Mario Rodrigues took a taxi and in a short time arrived at the senator's house. There he also found a rather short, stocky fellow who went by the name Oldemar Lacerda. This one, pulled the 'documents' from a folder and handed it to the reporter. How do I know if these letters are real? Irineu Machado had in his possession a letter from Artur Bernardes addressed to deputy Ribeiro Junqueira, he handed it to Mario Rodrigues so that he could make the conference himself: The letters are identical...In addition to this, the senator narrated the details of the meeting with the expert Serpa Pinto, the guarantee given by the old employee of the Caixa Econômica, more than used to examinations of this nature. On the morning of October 09th, the bomb exploded, while Oldemar Lacerda sailed across the ocean aboard the Massilia, towards Europe.

Babylon in flames

The Hermes da Fonseca candidacy had not taken off. In its place, the name of Nilo Peçanha came up, who, together with the Bahian senator JJ Seabra, formed the ticket of the republican reaction, a name that brought together the state dissidences that opposed the candidacy of Artur Bernardes – Rio de Janeiro, Rio Grande do Sul, Bahia and Pernambuco. In August 1921 the name of Marshal Hermes da Fonseca hardly appeared in the newspapers and the campaign for the republican reaction started taking to the streets. With the support of the military, part of the working class and oligarchic sectors dissatisfied with the dominance of the Minas Gerais and São Paulo oligarchies, the dissidents were ready to carry out a major presidential campaign, “with a popular presence never seen in that Republic”.[v]

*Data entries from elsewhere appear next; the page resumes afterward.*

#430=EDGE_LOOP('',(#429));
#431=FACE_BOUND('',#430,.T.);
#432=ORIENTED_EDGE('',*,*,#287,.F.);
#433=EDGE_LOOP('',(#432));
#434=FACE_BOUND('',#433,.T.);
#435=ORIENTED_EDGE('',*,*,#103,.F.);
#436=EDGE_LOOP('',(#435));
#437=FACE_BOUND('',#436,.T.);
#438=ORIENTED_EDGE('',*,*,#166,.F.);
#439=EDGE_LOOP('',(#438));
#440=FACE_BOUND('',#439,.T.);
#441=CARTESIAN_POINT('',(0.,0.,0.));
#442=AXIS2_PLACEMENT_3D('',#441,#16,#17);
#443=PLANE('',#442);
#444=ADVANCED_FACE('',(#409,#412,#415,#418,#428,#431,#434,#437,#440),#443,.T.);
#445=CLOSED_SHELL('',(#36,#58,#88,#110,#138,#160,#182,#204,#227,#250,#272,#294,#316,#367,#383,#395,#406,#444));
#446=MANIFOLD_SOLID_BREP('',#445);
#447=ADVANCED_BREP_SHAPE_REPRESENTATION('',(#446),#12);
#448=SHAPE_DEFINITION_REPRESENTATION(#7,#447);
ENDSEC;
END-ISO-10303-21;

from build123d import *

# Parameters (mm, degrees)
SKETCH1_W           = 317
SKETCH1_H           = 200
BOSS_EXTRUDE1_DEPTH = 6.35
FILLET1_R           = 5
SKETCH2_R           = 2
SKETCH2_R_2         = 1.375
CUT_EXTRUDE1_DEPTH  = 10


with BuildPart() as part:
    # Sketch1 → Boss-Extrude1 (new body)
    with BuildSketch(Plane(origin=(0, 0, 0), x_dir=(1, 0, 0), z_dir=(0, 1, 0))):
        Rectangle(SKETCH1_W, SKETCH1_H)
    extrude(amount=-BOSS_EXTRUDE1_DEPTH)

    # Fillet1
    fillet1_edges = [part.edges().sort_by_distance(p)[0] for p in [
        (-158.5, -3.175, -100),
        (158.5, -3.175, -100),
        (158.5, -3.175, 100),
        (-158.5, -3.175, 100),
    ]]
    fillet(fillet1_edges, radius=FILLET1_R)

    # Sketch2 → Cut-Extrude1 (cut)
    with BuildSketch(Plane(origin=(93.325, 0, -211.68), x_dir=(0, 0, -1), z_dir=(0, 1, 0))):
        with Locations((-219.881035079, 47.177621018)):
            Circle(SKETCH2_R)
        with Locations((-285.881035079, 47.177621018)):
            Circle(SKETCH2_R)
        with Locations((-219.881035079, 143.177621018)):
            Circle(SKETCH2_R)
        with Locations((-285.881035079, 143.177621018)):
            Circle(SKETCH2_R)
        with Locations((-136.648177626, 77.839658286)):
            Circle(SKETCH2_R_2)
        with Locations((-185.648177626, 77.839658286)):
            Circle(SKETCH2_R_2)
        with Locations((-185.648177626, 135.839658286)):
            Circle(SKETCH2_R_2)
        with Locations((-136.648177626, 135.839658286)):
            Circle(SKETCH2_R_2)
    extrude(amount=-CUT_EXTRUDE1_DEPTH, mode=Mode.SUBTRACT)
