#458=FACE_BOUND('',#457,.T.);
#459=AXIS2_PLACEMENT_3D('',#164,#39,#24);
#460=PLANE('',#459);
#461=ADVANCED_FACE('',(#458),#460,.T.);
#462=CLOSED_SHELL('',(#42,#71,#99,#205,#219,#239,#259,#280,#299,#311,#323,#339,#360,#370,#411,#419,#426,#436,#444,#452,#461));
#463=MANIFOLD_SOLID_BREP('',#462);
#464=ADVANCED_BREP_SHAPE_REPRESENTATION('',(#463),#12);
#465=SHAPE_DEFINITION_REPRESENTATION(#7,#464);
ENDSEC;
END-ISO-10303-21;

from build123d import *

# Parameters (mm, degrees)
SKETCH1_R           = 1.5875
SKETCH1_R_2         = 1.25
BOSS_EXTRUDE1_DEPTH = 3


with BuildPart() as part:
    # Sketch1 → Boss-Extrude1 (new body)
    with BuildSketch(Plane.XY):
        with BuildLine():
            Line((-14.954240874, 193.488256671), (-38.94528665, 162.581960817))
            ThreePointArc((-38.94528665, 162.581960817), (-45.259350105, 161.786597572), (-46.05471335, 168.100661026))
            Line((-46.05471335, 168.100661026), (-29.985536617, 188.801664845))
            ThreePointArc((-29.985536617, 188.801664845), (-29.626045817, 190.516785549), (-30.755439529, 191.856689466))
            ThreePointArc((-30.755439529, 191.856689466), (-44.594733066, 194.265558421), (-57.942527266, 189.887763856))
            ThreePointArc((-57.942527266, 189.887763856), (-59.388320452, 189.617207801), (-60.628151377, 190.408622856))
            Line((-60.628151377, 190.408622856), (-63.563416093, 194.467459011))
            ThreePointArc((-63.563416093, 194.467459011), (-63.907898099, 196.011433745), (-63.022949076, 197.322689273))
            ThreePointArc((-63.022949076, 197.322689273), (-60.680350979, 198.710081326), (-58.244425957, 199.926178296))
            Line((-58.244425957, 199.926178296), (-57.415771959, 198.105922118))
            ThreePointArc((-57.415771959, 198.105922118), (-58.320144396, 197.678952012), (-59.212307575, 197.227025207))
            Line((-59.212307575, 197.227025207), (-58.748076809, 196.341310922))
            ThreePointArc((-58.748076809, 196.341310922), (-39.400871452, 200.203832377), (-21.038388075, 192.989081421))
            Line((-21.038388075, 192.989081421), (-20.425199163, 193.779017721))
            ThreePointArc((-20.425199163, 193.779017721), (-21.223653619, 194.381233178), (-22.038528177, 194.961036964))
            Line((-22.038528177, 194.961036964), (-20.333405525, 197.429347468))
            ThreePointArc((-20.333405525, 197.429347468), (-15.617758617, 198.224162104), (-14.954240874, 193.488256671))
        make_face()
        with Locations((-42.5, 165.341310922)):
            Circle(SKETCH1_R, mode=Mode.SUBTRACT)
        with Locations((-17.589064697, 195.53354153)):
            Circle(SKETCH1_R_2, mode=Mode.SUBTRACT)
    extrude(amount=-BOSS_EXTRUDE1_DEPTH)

It was an American-style campaign, as some observers at the time said. In virtually all states, committees were created; the adhesion of the urban population of the big cities grew vertiginously; the military took part in organizing the political and electoral committees and activities. Rallies, events and publications in the press increasingly took on a civic-military meaning. The tour of republican reaction spread across the country. Nilo Peçanha's caravan and rallies in the capitals of the North and Northeast were reverberated in the press as great epic feats.

It was in this climate that it appeared, in the leaves of the Morning mail, news that would shake that presidential succession process. Under the title “Outrage to the Army” and a most diabolical feature article, things changed a level in that electoral dispute. The article said that: “A chance made us aware of the facts, which is, neither more nor less, the loss of compromising letters, written by Mr. Artur Bernardes to Senator Raul Soares. Today we publish one of them, which came to our hands, to highlight what this inferior politician is, who the bad luck of Minas has elevated to the highest expression of his government. More than that: this letter, sent by him to Mr. Raul, is an indignity and an affront thrown at the Army, represented in its officers, even the most senior ones, called venal and capable of being bought”.[vi]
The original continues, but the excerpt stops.